Unnamed: 0,model,config,micro_auc,macro_auc
0,distilbert/distilbert-base-uncased,distilbert.yaml,0.889145,0.803192
1,nreimers/MiniLMv2-L12-H384-distilled-from-RoBE...,minilm.yaml,0.904017,0.798494
2,huawei-noah/TinyBERT_General_4L_312D,tinybert.yaml,0.847198,0.650786


## Per-Class Performance Comparison

In [20]:
# Display per-label AUC and baseline statistics
for _, row in df.iterrows():
    model_name = row["model"].split("/")[-1]
    print(f"Per-Class Metrics: {model_name}")

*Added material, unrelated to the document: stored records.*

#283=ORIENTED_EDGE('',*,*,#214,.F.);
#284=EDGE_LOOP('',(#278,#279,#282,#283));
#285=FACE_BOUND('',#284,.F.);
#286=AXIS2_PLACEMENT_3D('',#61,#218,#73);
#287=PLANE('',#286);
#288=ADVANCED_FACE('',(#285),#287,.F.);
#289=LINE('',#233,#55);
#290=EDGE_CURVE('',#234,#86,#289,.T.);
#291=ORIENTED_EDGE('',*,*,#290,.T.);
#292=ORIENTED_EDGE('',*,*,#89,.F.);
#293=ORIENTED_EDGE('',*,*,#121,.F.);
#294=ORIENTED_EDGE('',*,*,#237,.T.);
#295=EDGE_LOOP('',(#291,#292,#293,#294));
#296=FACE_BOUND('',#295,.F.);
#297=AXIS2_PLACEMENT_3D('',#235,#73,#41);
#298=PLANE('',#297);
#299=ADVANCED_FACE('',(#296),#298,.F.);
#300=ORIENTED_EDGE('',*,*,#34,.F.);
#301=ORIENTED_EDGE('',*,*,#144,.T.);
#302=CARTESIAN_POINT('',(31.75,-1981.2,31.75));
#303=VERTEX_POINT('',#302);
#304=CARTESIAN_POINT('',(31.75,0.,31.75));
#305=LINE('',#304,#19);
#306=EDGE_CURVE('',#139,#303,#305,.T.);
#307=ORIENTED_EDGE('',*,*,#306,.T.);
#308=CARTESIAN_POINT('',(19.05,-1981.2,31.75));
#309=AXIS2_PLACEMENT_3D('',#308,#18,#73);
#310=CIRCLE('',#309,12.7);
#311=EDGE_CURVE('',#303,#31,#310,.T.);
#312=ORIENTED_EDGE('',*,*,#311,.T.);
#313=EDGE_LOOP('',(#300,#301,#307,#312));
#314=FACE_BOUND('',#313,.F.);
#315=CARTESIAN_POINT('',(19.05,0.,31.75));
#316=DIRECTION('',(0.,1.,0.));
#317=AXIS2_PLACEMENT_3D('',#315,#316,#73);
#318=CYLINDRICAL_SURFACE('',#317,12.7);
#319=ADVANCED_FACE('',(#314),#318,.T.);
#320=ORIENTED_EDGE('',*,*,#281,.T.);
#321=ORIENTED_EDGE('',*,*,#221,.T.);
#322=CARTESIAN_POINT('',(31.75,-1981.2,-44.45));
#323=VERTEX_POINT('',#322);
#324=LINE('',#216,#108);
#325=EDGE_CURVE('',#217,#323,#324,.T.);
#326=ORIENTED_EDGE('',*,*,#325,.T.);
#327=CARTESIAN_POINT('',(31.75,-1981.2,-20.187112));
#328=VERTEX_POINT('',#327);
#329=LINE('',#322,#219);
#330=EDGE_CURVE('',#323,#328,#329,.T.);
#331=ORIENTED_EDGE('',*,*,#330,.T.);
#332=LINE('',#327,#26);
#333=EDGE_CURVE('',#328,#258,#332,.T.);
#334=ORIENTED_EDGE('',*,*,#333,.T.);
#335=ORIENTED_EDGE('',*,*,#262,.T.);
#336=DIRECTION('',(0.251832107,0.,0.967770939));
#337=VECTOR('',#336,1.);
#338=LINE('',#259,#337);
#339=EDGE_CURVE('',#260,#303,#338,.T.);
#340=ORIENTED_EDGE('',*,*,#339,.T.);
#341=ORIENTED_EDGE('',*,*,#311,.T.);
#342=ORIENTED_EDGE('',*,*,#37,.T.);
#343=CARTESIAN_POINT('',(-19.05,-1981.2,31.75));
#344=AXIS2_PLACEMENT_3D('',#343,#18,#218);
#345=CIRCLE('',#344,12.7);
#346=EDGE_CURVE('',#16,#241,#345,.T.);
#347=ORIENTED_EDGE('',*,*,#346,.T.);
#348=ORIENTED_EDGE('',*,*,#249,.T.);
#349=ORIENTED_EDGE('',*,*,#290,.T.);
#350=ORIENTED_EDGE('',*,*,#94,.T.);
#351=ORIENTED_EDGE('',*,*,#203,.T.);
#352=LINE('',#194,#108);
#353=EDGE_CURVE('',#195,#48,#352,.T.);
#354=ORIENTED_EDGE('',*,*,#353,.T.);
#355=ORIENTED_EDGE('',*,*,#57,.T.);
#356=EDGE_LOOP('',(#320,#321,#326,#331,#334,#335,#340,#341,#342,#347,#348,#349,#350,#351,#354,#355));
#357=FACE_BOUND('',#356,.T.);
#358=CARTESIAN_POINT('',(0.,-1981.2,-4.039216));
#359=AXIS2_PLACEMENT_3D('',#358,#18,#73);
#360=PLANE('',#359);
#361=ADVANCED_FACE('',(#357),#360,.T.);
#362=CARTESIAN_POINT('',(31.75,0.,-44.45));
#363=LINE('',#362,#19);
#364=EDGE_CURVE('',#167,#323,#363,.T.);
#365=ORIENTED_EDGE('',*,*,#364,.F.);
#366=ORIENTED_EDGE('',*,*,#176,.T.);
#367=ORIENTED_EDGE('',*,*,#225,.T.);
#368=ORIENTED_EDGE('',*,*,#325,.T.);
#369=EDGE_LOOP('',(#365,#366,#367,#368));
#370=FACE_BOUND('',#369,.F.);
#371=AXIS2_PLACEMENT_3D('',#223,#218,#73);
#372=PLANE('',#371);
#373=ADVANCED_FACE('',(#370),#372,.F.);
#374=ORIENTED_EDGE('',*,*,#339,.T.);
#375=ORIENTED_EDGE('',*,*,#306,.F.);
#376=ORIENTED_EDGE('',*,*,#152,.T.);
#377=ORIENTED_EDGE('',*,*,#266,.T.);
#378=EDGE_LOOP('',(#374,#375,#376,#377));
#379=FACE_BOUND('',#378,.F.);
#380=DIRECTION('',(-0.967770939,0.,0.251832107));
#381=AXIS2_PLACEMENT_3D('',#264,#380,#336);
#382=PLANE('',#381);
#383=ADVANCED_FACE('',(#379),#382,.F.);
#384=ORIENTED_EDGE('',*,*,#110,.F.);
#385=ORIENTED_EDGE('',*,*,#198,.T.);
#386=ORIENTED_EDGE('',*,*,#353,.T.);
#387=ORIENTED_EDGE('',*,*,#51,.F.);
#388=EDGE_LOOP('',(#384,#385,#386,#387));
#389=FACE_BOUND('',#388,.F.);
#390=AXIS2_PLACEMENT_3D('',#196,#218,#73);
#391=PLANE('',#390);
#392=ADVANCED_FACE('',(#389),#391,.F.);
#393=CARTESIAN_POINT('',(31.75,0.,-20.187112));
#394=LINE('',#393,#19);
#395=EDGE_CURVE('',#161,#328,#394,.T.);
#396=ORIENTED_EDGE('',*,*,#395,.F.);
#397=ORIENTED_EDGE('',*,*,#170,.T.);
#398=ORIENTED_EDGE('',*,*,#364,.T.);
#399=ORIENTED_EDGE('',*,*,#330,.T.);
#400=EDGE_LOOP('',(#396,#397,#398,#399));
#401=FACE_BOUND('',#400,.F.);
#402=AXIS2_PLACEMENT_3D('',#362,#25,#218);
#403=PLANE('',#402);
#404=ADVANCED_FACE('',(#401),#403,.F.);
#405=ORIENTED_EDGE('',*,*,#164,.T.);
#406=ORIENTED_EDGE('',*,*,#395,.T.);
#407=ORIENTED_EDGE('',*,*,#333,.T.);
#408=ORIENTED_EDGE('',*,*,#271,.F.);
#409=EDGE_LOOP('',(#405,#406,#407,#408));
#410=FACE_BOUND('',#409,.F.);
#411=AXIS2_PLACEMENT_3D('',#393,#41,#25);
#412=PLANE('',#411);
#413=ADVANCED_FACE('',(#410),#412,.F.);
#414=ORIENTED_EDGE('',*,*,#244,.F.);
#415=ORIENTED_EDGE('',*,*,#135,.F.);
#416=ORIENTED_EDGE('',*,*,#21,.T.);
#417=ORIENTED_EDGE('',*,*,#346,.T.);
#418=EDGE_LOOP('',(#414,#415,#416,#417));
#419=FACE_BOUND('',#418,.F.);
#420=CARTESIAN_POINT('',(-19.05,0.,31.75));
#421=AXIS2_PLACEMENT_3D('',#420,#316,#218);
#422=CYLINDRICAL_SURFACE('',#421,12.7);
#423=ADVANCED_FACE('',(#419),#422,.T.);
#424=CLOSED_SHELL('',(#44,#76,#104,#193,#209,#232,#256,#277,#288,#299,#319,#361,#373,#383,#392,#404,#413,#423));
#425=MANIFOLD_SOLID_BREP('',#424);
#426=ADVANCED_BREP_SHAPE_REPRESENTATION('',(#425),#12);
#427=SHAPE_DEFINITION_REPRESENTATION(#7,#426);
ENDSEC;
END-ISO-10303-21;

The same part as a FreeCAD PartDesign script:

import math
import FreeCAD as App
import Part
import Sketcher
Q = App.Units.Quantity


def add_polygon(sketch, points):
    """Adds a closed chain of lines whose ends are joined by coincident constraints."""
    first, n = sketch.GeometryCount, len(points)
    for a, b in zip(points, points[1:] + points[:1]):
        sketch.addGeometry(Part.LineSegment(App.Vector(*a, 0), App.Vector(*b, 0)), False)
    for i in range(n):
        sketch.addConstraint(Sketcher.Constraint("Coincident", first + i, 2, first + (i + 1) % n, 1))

    label_names = row.get("label_names")
    auc = row.get("per_label_auc")

    per_class_df = pd.DataFrame(
        {
            "Emotion": label_names,
            "AUC": auc,
        }
    )

    # Top 5 and Bottom 5 classes by AUC
    # Display it pretty
    top_k_df = per_class_df.sort_values("AUC", ascending=False).head(5)
    display(
        top_k_df.style.format(
            {"AUC": "{:.4f}"}
        ).background_gradient(subset=["AUC"], cmap="Blues", vmin=0.5, vmax=1.0)
    )

    bottom_k_df = per_class_df.sort_values("AUC", ascending=True).head(5)
    display(
        bottom_k_df.style.format(
            {"AUC": "{:.4f}"}
        ).background_gradient(subset=["AUC"], cmap="Reds", vmin=0.0, vmax=0.5)
    )

Per-Class Metrics: distilbert-base-uncased


Unnamed: 0,Emotion,AUC
0,afraid,0.914
8,disgusted,0.9099
10,frustrated,0.894
11,happy,0.8927
15,sad,0.8702


Unnamed: 0,Emotion,AUC
13,nostalgic,0.6139
7,confused,0.6854
17,surprised,0.7169
3,ashamed,0.7261
9,excited,0.7485


Per-Class Metrics: MiniLMv2-L12-H384-distilled-from-RoBERTa-Large


Unnamed: 0,Emotion,AUC
0,afraid,0.9689
12,jealous,0.9446
11,happy,0.8837
8,disgusted,0.8754
10,frustrated,0.8704


Unnamed: 0,Emotion,AUC
13,nostalgic,0.5706
4,awkward,0.6503
3,ashamed,0.7237
9,excited,0.7257
6,calm,0.728


Per-Class Metrics: TinyBERT_General_4L_312D


Unnamed: 0,Emotion,AUC
2,anxious,0.7945
11,happy,0.7824
0,afraid,0.7659
16,satisfied,0.7565
17,surprised,0.7045


Unnamed: 0,Emotion,AUC
1,angry,0.4557
12,jealous,0.4573
4,awkward,0.4699
5,bored,0.589
15,sad,0.6093


### Model Comparison Summary

- MiniLM has the highest micro AUC (0.90), slightly outperforming DistilBERT (0.89), while their macro AUCs are very close (MiniLM: 0.80, DistilBERT: 0.80).
- DistilBERT and MiniLM both significantly outperform TinyBERT, which has a much lower macro AUC (0.65).
- All models show a gap between micro and macro AUC, reflecting the impact of class imbalance (common vs rare emotions).

Given MiniLM's strong performance and much smaller model size, MiniLM is the best overall performer and will be used as the primary model for inference.